The recommendation accuracy. In this figure, we can observe that the recommendation accuracy increases as the input number of images increases and GLAM features outperform than GMM and visual features.

For quantitative evaluation, according to the GPS information, we choose 100 images from a province to form a virtual album and the province is regarded as the label of this album. Then we input different amount, accumulating gradually until 100, of images for each album and compute the average MRR to show the recommendation accuracy. Figure 6 presents the average recommendation accuracy with different parameters. The best average MRR performance of GLAM region feature (\(K=15, K^{\prime }=500\)) is over 40% when input number is more than 70, and according to the property of MRR, we can infer that the label region appears in the top 3 recommended regions, which provide us a reliable recommendation result. Compared with GMM features and visual features, they possess close performance when the input number is small. Nevertheless, it is clear that our model could better perform with more input images and outperform GMM feature and average CNNs visual features because more images could better cover the personal characteristics. For qualitative evaluation, we randomly pick several users, and in each user’s photo collection, we randomly select 100 images to form test photo albums. Since the parameter set as 15 “attributes” and 500 “clusters” provide the best performance (Fig. 6), we here employ this parameter setting.

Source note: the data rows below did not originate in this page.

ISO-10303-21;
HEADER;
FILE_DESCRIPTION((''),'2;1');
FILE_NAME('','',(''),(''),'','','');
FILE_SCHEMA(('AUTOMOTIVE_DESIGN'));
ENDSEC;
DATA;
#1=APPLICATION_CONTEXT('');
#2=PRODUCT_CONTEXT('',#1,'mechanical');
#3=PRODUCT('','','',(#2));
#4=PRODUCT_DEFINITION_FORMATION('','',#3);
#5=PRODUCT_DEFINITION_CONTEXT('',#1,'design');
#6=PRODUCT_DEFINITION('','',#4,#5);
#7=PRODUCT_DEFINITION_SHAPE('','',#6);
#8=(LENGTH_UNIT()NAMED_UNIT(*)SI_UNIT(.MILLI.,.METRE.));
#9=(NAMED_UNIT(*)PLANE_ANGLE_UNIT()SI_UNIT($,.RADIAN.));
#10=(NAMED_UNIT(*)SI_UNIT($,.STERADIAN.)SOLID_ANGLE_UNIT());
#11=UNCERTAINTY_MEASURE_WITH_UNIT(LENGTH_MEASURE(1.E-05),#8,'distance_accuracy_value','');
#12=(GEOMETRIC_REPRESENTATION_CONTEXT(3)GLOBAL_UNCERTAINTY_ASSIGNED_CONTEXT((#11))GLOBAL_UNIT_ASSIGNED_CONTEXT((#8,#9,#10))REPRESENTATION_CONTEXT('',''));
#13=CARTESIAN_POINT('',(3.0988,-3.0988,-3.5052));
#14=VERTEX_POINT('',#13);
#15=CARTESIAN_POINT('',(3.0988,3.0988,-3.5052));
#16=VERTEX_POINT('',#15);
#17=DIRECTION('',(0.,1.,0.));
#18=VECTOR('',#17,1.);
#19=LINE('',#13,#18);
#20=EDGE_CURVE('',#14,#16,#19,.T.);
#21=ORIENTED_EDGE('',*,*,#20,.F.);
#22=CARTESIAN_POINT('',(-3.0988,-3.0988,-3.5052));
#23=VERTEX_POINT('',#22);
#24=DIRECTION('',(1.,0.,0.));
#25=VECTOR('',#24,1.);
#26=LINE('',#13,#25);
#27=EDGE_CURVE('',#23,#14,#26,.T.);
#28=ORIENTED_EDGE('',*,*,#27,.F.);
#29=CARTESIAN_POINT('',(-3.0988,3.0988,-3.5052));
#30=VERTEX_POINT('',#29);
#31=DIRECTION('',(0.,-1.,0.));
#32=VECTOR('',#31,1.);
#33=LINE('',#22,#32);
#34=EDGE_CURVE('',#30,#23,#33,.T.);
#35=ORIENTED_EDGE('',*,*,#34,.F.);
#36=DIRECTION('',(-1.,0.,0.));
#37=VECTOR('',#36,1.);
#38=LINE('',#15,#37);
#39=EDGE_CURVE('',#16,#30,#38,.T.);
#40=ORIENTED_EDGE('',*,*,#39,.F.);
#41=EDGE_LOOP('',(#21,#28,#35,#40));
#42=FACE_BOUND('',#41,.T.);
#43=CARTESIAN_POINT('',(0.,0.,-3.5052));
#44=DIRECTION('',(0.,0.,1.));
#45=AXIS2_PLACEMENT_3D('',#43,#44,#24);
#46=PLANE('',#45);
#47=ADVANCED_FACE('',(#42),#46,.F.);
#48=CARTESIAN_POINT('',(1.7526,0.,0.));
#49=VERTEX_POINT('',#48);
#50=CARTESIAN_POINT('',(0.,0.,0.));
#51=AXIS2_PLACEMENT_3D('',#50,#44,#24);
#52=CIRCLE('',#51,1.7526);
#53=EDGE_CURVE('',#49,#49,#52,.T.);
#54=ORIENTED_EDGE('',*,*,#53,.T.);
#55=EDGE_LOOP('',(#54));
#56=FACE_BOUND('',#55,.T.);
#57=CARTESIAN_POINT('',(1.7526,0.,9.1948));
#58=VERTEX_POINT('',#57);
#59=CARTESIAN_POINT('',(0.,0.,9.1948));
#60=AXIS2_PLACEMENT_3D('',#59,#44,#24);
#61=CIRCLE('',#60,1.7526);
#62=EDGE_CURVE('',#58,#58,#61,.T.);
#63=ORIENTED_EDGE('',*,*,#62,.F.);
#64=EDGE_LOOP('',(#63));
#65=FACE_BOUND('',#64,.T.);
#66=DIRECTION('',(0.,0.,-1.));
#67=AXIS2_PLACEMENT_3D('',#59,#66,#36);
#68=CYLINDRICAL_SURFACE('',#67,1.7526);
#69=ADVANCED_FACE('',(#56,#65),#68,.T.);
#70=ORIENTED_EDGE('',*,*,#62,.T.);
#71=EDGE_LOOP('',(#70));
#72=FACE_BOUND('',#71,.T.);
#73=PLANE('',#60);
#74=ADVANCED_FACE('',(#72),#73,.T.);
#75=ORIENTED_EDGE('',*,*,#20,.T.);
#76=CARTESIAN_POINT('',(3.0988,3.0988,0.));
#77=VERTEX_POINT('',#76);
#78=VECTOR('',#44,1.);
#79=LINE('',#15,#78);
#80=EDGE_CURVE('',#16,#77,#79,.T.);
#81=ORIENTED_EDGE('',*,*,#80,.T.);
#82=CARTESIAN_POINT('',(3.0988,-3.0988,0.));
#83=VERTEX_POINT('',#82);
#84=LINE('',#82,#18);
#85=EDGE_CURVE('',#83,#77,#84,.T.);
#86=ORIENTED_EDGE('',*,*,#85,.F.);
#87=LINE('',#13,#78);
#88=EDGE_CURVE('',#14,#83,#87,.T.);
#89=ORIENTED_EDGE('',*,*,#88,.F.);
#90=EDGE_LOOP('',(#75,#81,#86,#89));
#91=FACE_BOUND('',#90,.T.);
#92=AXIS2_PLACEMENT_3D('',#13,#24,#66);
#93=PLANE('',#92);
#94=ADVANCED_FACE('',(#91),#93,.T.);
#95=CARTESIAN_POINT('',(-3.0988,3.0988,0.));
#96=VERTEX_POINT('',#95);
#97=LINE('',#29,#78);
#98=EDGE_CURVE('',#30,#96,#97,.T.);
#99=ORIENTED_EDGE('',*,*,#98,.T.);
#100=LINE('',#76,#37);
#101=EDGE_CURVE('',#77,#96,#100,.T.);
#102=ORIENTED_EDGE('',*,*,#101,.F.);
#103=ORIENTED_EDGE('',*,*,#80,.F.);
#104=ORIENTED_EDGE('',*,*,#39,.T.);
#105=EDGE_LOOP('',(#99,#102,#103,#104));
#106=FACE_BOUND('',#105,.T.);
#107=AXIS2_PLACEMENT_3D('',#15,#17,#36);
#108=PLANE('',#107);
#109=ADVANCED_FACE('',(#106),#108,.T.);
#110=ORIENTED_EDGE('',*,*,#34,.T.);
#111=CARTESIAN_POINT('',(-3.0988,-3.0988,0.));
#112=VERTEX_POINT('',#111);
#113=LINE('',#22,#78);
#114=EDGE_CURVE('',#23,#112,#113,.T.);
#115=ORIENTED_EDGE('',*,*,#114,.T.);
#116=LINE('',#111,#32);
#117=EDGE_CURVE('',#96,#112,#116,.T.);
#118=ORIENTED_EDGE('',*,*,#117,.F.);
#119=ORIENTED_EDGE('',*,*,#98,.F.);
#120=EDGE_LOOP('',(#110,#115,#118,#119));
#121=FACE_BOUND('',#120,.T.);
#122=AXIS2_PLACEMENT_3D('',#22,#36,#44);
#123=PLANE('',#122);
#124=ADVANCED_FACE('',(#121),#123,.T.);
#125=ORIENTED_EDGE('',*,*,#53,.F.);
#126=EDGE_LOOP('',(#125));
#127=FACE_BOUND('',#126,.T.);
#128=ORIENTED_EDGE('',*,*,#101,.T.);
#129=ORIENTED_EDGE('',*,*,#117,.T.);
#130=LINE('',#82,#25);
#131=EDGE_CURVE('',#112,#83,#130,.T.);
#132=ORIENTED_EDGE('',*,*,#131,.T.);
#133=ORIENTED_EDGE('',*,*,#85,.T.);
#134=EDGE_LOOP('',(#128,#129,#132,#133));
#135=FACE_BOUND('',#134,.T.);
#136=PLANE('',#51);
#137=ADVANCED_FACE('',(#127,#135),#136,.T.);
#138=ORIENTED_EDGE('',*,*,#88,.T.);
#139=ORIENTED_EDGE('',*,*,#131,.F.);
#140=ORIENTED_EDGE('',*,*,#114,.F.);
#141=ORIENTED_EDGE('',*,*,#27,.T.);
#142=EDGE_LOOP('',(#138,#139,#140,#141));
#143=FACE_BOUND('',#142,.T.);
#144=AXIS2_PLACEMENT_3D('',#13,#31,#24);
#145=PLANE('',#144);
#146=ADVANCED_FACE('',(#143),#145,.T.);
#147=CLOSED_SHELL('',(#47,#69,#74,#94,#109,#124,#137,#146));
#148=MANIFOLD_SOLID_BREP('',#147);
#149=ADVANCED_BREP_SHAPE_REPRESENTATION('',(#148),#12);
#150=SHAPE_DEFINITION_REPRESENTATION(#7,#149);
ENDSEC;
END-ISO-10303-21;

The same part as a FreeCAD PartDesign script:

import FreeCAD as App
import Part
import Sketcher
from FreeCAD import Vector
Q = App.Units.Quantity


def add_polygon(sketch, points):
    """Adds a closed chain of lines whose ends are joined by coincident constraints."""
    first, n = sketch.GeometryCount, len(points)
    for a, b in zip(points, points[1:] + points[:1]):
        sketch.addGeometry(Part.LineSegment(App.Vector(*a, 0), App.Vector(*b, 0)), False)
    for i in range(n):
        sketch.addConstraint(Sketcher.Constraint("Coincident", first + i, 2, first + (i + 1) % n, 1))

doc = App.newDocument("Part")
body = doc.addObject("PartDesign::Body", "Body")

# Sketch on XY plane
sketch1 = body.newObject("Sketcher::SketchObject", "Sketch")
sketch1.AttachmentSupport = (doc.getObject("XY_Plane"), [""])
sketch1.MapMode = "FlatFace"
add_polygon(sketch1, [(-3.0988, 3.0988), (-3.0988, -3.0988), (3.0988, -3.0988), (3.0988, 3.0988)])  # lines 0-3
sketch1.addConstraint(Sketcher.Constraint("Vertical", 0))
sketch1.addConstraint(Sketcher.Constraint("Horizontal", 1))
sketch1.addConstraint(Sketcher.Constraint("Vertical", 2))
sketch1.addConstraint(Sketcher.Constraint("Horizontal", 3))
sketch1.addConstraint(Sketcher.Constraint("Symmetric", 0, 2, 2, 2, -1, 1))
sketch1.addConstraint(Sketcher.Constraint("Equal", 3, 0))
sketch1.addConstraint(Sketcher.Constraint("DistanceX", 1, 1, 1, 2, Q("0.244 in")))
pad1 = body.newObject("PartDesign::Pad", "Pad")
pad1.Profile = sketch1
pad1.Length = Q("0.138 in")
pad1.Reversed = True

# Sketch on XY plane
sketch2 = body.newObject("Sketcher::SketchObject", "Sketch001")
sketch2.AttachmentSupport = (doc.getObject("XY_Plane"), [""])
sketch2.MapMode = "FlatFace"
sketch2.addGeometry(Part.Circle(Vector(0, 0, 0), Vector(0, 0, 1), 1.7526), False)
sketch2.addConstraint(Sketcher.Constraint("Coincident", 0, 3, -1, 1))
sketch2.addConstraint(Sketcher.Constraint("Diameter", 0, Q("0.138 in")))
pad2 = body.newObject("PartDesign::Pad", "Pad001")
pad2.Profile = sketch2
pad2.Length = Q("0.362 in")

doc.recompute()
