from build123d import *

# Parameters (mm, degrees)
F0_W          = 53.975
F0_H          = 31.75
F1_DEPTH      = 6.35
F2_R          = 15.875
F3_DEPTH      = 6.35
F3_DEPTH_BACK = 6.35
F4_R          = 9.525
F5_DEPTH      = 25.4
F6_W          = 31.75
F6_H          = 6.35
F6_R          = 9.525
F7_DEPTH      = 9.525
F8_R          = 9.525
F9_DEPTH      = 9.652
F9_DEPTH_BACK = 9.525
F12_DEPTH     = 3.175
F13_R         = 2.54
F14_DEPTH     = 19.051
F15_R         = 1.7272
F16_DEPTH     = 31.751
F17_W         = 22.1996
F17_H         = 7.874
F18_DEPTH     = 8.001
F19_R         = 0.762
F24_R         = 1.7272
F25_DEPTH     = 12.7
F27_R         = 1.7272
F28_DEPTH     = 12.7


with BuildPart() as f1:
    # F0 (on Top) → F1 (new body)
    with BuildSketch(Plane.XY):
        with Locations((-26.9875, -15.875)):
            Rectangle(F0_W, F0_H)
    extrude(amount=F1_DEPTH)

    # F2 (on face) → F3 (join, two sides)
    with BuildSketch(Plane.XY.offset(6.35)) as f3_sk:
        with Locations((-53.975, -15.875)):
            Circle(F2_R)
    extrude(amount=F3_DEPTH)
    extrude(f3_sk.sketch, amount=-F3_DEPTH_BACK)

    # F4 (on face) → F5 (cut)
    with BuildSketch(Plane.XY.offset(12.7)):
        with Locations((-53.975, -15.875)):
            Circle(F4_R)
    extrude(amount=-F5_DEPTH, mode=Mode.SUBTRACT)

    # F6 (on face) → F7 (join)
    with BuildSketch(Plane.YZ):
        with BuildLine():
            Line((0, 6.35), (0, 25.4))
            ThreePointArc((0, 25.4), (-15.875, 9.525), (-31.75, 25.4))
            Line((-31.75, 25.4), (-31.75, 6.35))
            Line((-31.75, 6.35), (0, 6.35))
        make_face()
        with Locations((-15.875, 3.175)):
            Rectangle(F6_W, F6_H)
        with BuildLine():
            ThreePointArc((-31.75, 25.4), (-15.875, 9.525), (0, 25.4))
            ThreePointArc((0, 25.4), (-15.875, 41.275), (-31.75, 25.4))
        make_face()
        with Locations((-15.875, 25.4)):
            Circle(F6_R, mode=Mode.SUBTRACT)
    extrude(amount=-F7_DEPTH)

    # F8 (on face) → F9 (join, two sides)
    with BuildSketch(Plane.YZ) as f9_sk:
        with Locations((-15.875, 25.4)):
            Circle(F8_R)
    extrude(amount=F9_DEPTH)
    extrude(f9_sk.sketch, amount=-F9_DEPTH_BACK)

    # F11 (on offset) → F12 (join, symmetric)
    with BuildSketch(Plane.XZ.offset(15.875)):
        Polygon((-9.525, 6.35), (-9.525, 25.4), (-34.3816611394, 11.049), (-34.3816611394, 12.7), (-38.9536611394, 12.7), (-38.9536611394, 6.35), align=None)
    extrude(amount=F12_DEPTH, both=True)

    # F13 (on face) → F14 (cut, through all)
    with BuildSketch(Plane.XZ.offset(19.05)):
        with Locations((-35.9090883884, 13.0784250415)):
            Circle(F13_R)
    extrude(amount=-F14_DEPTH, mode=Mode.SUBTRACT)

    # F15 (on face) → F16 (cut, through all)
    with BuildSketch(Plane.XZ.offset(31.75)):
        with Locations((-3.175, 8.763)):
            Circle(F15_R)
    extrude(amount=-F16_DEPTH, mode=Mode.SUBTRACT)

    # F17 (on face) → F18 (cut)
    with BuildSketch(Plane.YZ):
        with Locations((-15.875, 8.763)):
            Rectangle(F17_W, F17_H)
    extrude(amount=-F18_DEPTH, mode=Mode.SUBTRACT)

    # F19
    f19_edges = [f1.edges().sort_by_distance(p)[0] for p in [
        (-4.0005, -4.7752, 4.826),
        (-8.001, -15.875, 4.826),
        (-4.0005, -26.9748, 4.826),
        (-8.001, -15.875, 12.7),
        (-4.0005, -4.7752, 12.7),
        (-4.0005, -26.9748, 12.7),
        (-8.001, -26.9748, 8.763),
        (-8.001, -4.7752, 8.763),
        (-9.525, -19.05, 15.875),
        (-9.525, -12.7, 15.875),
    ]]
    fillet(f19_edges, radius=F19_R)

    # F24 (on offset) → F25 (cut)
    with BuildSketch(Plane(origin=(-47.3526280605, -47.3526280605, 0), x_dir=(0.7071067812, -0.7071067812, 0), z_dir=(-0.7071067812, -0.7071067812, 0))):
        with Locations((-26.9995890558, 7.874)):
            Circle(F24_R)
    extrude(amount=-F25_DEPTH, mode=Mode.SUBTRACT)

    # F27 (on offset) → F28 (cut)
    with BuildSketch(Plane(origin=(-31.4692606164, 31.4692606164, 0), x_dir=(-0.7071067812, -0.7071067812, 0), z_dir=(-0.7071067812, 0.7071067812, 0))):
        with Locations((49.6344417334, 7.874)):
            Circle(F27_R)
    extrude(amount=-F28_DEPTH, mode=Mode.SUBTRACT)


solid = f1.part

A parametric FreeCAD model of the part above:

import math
import FreeCAD as App
import Part
import Sketcher
Q = App.Units.Quantity


def edges_at(feature, points):
    """Names of the edges that pass closest to the given points."""
    edges = feature.Shape.Edges
    near = lambda p: min(range(len(edges)), key=lambda i: edges[i].distToShape(Part.Vertex(*p))[0])
    return sorted({f"Edge{near(p) + 1}" for p in points})


def add_polygon(sketch, points):
    """Adds a closed chain of lines whose ends are joined by coincident constraints."""
    first, n = sketch.GeometryCount, len(points)
    for a, b in zip(points, points[1:] + points[:1]):
        sketch.addGeometry(Part.LineSegment(App.Vector(*a, 0), App.Vector(*b, 0)), False)
    for i in range(n):
        sketch.addConstraint(Sketcher.Constraint("Coincident", first + i, 2, first + (i + 1) % n, 1))

doc = App.newDocument("Part")
params = doc.addObject("Spreadsheet::Sheet", "Params")
for row, (alias, value) in enumerate([
    ("sketch1_height", "1.25 in"),
    ("sketch1_width", "2.125 in"),
    ("pad1_length", "0.25 in"),
    ("sketch2_diameter", "1.25 in"),
    ("pad2_length", "0.25 in"),
    ("pad2_length2", "0.25 in"),
    ("sketch3_diameter", "0.75 in"),
    ("pocket1_length", "1 in"),
    ("sketch4_diameter", "0.75 in"),
    ("sketch4_height", "1 in"),
    ("sketch4_radius", "0.625 in"),
    ("pad3_length", "0.375 in"),
    ("sketch5_diameter", "0.75 in"),
    ("pad4_length", "0.38 in"),
    ("pad4_length2", "0.375 in"),
    ("sketch6_width", "0.18 in"),
    ("sketch6_height", "0.75 in"),
    ("sketch6_height2", "0.25 in"),
    ("sketch6_length", "1.13 in"),
    ("pad5_length", "0.25 in"),
    ("sketch7_diameter", "0.2 in"),
    ("sketch8_diameter", "0.136 in"),
    ("sketch9_height", "0.31 in"),
    ("sketch9_width", "0.874 in"),
    ("pocket4_length", "0.315 in"),
    ("fillet_radius", "0.03 in"),
    ("sketch10_diameter", "0.136 in"),
    ("pocket5_length", "0.5 in"),
    ("sketch11_diameter", "0.136 in"),
    ("pocket6_length", "0.5 in"),
], start=1):
    params.set(f"A{row}", alias)
    params.set(f"B{row}", "=" + value)
    params.setAlias(f"B{row}", alias)

body = doc.addObject("PartDesign::Body", "Body")

# Sketch on XY plane
sketch1 = body.newObject("Sketcher::SketchObject", "Sketch")
sketch1.AttachmentSupport = (doc.getObject("XY_Plane"), [""])
sketch1.MapMode = "FlatFace"
add_polygon(sketch1, [(-54, 0), (-54, -32), (0, -32), (0, 0)])  # lines 0-3
sketch1.addConstraint([
    Sketcher.Constraint("Vertical", 0),
    Sketcher.Constraint("Horizontal", 1),
    Sketcher.Constraint("Vertical", 2),
    Sketcher.Constraint("Horizontal", 3),
    Sketcher.Constraint("Coincident", 2, 2, -1, 1),
    Sketcher.Constraint("DistanceY", 0, 2, 0, 1, Q("1.25 in")),
    Sketcher.Constraint("DistanceX", 1, 1, 1, 2, Q("2.125 in")),
])
sketch1.setExpression("Constraints[9]", "Params.sketch1_height")
sketch1.setExpression("Constraints[10]", "Params.sketch1_width")
pad1 = body.newObject("PartDesign::Pad", "Pad")
pad1.Profile = sketch1
pad1.setExpression("Length", "Params.pad1_length")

Figure 7 present one example: the photo collection containing mostly nature scenes which present mountain and waterside. This indicates the owner of the photo collection may be a fan of traveling in nature. Our recommendation result shows Yunnan, Chongqing and Jiangxi, which are famous for their landscape. Browsing the photos in these regions, we observe the scenery is similar to the photo collection.

Fig. 7.
figure 7

The album recommendation. It is clear that the recommended regions possess the similar natural scene like the input ones.

5 Conclusion

In this paper, assuming “attributes” as the descriptors of regional characteristics, we have attempted to find the characteristic relevance of a region and use the high-relevant ones to describe this region. Meanwhile, representative clusters, formed by social images, are picked out to present the attributes of regions. The experiments on photos in China qualitatively and quantitatively demonstrate our model has the capacity to semantically describe a region with image content. Based on our model, the regional features could be extracted, from which the recommendation strategy profits to provide reliable results and outerperform GMM features, as well as average CNNs features in the experiments. Therefore, our model is promising for plenty of applications and could be further developed in future work related to geographical characteristics.